Top of The records
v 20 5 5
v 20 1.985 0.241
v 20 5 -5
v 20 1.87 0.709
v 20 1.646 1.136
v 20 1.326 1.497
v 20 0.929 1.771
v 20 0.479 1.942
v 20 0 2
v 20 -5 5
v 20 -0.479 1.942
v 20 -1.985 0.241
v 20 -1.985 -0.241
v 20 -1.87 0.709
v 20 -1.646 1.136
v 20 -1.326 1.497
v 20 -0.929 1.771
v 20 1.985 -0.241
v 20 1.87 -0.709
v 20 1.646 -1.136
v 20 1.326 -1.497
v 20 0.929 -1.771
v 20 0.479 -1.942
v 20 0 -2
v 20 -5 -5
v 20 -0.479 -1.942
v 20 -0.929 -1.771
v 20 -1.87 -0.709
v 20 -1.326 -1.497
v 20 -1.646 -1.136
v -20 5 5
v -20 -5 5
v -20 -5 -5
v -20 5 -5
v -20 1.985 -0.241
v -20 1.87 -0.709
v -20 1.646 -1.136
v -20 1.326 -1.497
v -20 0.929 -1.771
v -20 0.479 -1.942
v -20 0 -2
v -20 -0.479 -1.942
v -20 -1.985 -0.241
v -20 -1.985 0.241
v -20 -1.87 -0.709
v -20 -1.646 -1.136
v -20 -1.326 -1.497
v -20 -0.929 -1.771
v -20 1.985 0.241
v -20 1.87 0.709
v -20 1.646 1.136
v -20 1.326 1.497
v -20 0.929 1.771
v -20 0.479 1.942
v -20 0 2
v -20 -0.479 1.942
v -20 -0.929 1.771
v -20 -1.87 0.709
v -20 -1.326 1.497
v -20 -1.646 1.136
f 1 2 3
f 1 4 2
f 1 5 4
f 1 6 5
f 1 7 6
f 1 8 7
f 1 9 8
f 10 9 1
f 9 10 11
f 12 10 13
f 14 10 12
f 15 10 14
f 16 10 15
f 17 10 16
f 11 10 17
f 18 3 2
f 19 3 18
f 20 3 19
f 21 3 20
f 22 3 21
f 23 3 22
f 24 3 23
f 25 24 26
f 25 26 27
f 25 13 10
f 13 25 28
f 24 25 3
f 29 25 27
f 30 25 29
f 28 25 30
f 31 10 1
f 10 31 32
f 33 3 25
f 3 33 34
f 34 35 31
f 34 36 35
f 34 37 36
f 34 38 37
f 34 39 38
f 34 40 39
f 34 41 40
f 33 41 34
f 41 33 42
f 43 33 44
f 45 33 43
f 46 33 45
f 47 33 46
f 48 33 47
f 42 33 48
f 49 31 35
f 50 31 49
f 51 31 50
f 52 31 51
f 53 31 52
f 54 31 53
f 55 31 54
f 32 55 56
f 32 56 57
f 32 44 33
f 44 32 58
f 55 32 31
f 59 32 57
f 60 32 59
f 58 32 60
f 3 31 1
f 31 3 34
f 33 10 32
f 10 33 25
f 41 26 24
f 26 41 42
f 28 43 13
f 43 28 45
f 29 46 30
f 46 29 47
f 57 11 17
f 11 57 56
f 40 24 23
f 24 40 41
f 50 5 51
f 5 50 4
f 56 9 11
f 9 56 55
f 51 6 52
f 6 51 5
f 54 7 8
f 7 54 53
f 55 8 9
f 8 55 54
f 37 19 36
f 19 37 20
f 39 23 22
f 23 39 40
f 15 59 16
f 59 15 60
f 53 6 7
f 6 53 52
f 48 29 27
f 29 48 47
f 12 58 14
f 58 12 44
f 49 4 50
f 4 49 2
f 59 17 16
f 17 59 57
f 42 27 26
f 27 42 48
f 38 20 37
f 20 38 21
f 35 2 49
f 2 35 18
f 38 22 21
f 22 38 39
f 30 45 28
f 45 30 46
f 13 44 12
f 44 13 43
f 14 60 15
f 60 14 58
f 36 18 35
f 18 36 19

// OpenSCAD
THICKNESS = 2;

NUT_WIDTH = 6;

NUT_INSET = 5;

TOTAL_LENGTH = 40;

SCREW_DIA = 4;

$fs = 0.5;


difference() {
    cube([TOTAL_LENGTH, NUT_WIDTH + THICKNESS * 2, NUT_WIDTH + THICKNESS * 2], center=true);
    rotate([0, 90, 0]) translate([0, 0, -TOTAL_LENGTH/2]) #cylinder(d=SCREW_DIA, h=TOTAL_LENGTH);
}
Bottom of The records
### Problem details
In full and without alteration, return the listing above.

### Answer to this exercise
v 20 5 5
v 20 1.985 0.241
v 20 5 -5
v 20 1.87 0.709
v 20 1.646 1.136
v 20 1.326 1.497
v 20 0.929 1.771
v 20 0.479 1.942
v 20 0 2
v 20 -5 5
v 20 -0.479 1.942
v 20 -1.985 0.241
v 20 -1.985 -0.241
v 20 -1.87 0.709
v 20 -1.646 1.136
v 20 -1.326 1.497
v 20 -0.929 1.771
v 20 1.985 -0.241
v 20 1.87 -0.709
v 20 1.646 -1.136
v 20 1.326 -1.497
v 20 0.929 -1.771
v 20 0.479 -1.942
v 20 0 -2
v 20 -5 -5
v 20 -0.479 -1.942
v 20 -0.929 -1.771
v 20 -1.87 -0.709
v 20 -1.326 -1.497
v 20 -1.646 -1.136
v -20 5 5
v -20 -5 5
v -20 -5 -5
v -20 5 -5
v -20 1.985 -0.241
v -20 1.87 -0.709
v -20 1.646 -1.136
v -20 1.326 -1.497
v -20 0.929 -1.771
v -20 0.479 -1.942
v -20 0 -2
v -20 -0.479 -1.942
v -20 -1.985 -0.241
v -20 -1.985 0.241
v -20 -1.87 -0.709
v -20 -1.646 -1.136
v -20 -1.326 -1.497
v -20 -0.929 -1.771
v -20 1.985 0.241
v -20 1.87 0.709
v -20 1.646 1.136
v -20 1.326 1.497
v -20 0.929 1.771
v -20 0.479 1.942
v -20 0 2
v -20 -0.479 1.942
v -20 -0.929 1.771
v -20 -1.87 0.709
v -20 -1.326 1.497
v -20 -1.646 1.136
f 1 2 3
f 1 4 2
f 1 5 4
f 1 6 5
f 1 7 6
f 1 8 7
f 1 9 8
f 10 9 1
f 9 10 11
f 12 10 13
f 14 10 12
f 15 10 14
f 16 10 15
f 17 10 16
f 11 10 17
f 18 3 2
f 19 3 18
f 20 3 19
f 21 3 20
f 22 3 21
f 23 3 22
f 24 3 23
f 25 24 26
f 25 26 27
f 25 13 10
f 13 25 28
f 24 25 3
f 29 25 27
f 30 25 29
f 28 25 30
f 31 10 1
f 10 31 32
f 33 3 25
f 3 33 34
f 34 35 31
f 34 36 35
f 34 37 36
f 34 38 37
f 34 39 38
f 34 40 39
f 34 41 40
f 33 41 34
f 41 33 42
f 43 33 44
f 45 33 43
f 46 33 45
f 47 33 46
f 48 33 47
f 42 33 48
f 49 31 35
f 50 31 49
f 51 31 50
f 52 31 51
f 53 31 52
f 54 31 53
f 55 31 54
f 32 55 56
f 32 56 57
f 32 44 33
f 44 32 58
f 55 32 31
f 59 32 57
f 60 32 59
f 58 32 60
f 3 31 1
f 31 3 34
f 33 10 32
f 10 33 25
f 41 26 24
f 26 41 42
f 28 43 13
f 43 28 45
f 29 46 30
f 46 29 47
f 57 11 17
f 11 57 56
f 40 24 23
f 24 40 41
f 50 5 51
f 5 50 4
f 56 9 11
f 9 56 55
f 51 6 52
f 6 51 5
f 54 7 8
f 7 54 53
f 55 8 9
f 8 55 54
f 37 19 36
f 19 37 20
f 39 23 22
f 23 39 40
f 15 59 16
f 59 15 60
f 53 6 7
f 6 53 52
f 48 29 27
f 29 48 47
f 12 58 14
f 58 12 44
f 49 4 50
f 4 49 2
f 59 17 16
f 17 59 57
f 42 27 26
f 27 42 48
f 38 20 37
f 20 38 21
f 35 2 49
f 2 35 18
f 38 22 21
f 22 38 39
f 30 45 28
f 45 30 46
f 13 44 12
f 44 13 43
f 14 60 15
f 60 14 58
f 36 18 35
f 18 36 19

// OpenSCAD
THICKNESS = 2;

NUT_WIDTH = 6;

NUT_INSET = 5;

TOTAL_LENGTH = 40;

SCREW_DIA = 4;

$fs = 0.5;


difference() {
    cube([TOTAL_LENGTH, NUT_WIDTH + THICKNESS * 2, NUT_WIDTH + THICKNESS * 2], center=true);
    rotate([0, 90, 0]) translate([0, 0, -TOTAL_LENGTH/2]) #cylinder(d=SCREW_DIA, h=TOTAL_LENGTH);
}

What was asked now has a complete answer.